▶ [Action item]
Copy the lines below exactly. Start at the first and finish with the line containing "f 146 67 66".

Data excerpts
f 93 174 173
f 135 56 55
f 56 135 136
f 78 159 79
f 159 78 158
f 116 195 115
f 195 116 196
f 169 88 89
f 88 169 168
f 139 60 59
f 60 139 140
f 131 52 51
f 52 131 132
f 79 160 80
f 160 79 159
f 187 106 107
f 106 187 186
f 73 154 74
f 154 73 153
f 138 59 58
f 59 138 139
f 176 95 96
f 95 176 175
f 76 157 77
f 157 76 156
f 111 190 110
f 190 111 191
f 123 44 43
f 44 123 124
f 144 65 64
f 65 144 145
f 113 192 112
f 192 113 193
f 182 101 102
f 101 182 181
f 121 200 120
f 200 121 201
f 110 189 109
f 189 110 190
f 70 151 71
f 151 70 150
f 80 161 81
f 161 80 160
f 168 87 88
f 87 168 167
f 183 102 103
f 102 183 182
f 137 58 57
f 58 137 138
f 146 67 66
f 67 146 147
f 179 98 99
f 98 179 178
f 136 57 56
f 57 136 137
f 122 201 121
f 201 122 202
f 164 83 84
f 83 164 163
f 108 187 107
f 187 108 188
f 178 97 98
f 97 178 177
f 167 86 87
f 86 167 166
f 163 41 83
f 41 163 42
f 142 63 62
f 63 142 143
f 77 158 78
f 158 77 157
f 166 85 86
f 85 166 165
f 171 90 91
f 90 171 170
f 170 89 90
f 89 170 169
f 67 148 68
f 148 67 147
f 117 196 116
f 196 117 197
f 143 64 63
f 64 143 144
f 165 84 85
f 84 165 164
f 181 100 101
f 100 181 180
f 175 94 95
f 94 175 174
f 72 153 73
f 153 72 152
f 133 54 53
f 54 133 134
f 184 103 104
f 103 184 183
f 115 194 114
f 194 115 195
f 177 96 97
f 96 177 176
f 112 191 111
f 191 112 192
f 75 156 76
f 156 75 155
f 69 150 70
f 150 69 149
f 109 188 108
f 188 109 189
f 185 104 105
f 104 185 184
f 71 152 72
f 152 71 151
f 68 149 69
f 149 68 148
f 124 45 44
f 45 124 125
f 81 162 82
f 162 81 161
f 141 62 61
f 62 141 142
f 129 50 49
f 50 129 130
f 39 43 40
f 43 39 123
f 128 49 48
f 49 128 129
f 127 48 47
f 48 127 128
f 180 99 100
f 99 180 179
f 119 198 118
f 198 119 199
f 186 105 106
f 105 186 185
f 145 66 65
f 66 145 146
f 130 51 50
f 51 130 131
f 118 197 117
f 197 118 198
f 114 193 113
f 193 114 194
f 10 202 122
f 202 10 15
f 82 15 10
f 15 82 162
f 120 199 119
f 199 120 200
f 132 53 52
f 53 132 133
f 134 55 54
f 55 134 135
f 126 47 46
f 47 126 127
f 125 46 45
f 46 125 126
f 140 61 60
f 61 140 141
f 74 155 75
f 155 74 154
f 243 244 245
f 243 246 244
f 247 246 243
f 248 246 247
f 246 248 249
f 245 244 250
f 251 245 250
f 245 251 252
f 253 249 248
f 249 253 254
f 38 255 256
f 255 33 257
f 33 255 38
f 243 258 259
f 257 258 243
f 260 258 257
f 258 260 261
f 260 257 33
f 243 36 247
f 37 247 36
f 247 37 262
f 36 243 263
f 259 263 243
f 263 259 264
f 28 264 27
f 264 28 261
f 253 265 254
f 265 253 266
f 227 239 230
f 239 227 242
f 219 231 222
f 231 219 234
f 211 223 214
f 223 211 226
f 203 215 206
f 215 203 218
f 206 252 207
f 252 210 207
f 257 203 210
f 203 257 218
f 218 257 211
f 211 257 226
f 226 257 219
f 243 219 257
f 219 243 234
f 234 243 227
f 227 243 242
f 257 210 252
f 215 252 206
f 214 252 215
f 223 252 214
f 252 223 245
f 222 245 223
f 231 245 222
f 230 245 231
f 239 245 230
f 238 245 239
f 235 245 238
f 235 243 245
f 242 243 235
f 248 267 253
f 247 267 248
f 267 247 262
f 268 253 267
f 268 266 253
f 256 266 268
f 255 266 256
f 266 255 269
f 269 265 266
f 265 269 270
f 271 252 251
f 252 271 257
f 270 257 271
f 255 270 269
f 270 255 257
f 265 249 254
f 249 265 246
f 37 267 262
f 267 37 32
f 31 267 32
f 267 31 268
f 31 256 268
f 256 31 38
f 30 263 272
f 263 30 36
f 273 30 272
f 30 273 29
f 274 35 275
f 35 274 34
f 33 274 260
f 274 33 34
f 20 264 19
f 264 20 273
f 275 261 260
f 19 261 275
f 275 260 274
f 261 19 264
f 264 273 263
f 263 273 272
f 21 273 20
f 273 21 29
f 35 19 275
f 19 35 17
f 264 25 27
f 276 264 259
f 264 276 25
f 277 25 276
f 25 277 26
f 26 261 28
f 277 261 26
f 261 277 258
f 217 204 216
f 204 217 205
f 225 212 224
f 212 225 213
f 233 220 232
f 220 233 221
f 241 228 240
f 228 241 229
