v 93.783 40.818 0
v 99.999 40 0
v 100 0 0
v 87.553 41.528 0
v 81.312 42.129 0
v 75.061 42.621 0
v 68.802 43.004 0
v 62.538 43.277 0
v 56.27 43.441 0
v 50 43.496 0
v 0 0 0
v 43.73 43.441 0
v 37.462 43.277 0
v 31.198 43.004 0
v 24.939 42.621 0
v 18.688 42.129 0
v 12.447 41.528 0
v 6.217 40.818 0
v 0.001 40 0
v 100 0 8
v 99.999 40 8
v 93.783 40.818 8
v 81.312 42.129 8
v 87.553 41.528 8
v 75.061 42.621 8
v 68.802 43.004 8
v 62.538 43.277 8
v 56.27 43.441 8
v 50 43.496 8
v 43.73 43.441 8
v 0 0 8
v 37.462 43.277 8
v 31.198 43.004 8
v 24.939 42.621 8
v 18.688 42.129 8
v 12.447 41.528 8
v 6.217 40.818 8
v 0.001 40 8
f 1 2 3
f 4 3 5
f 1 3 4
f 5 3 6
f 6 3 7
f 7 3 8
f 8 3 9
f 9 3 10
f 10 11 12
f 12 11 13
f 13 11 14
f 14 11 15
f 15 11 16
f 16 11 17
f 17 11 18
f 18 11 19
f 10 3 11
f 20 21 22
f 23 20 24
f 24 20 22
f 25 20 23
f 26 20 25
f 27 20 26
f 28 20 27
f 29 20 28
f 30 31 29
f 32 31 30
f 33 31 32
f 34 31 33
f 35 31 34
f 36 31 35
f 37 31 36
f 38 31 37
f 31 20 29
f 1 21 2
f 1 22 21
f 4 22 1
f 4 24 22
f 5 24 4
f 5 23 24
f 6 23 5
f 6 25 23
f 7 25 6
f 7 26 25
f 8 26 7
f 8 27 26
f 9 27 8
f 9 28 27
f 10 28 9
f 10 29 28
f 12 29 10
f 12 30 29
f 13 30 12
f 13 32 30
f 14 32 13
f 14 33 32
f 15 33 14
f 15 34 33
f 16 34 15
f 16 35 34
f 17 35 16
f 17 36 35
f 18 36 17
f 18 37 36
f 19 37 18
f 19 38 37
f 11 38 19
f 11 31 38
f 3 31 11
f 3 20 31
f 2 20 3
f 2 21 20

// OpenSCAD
$fn = 32;

// ----------------------------------------------------------------------
// Arc profile plate: crown, 19 points
// ----------------------------------------------------------------------

// --- parameters (mm) ---
bar_l = 100;              // bar length, X
bar_w = 40;               // bar height at the ends, Y
arc_r = 359.26;           // radius of the crown arc
arc_angle = 16;           // crown arc angle, degrees
crown_rise = 3.5;         // rise of the crown over the ends
arc_step = 1;             // sampling step of the crown arc, degrees
plate_t = 8;              // plate thickness, Z
fit_tol = 0.1;            // declared fit tolerance (prompt contract)
free_tol = 0.5;           // declared free tolerance (prompt contract)

bbox_y = bar_w + crown_rise;  // full height with the crown

profile = [[99.999, 40], [93.783, 40.818], [87.553, 41.528], [81.312, 42.129], [75.061, 42.621], [68.802, 43.004], [62.538, 43.277], [56.27, 43.441], [50, 43.496], [43.73, 43.441], [37.462, 43.277], [31.198, 43.004], [24.939, 42.621], [18.688, 42.129], [12.447, 41.528], [6.217, 40.818], [0.001, 40], [0, 0], [100, 0]];  // primary outline, 19 points, counter clockwise

// --- the one profile operation ---
linear_extrude(height = plate_t) polygon(points = profile);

▶ [Task output]
f 93 174 173
f 135 56 55
f 56 135 136
f 78 159 79
f 159 78 158
f 116 195 115
f 195 116 196
f 169 88 89
f 88 169 168
f 139 60 59
f 60 139 140
f 131 52 51
f 52 131 132
f 79 160 80
f 160 79 159
f 187 106 107
f 106 187 186
f 73 154 74
f 154 73 153
f 138 59 58
f 59 138 139
f 176 95 96
f 95 176 175
f 76 157 77
f 157 76 156
f 111 190 110
f 190 111 191
f 123 44 43
f 44 123 124
f 144 65 64
f 65 144 145
f 113 192 112
f 192 113 193
f 182 101 102
f 101 182 181
f 121 200 120
f 200 121 201
f 110 189 109
f 189 110 190
f 70 151 71
f 151 70 150
f 80 161 81
f 161 80 160
f 168 87 88
f 87 168 167
f 183 102 103
f 102 183 182
f 137 58 57
f 58 137 138
f 146 67 66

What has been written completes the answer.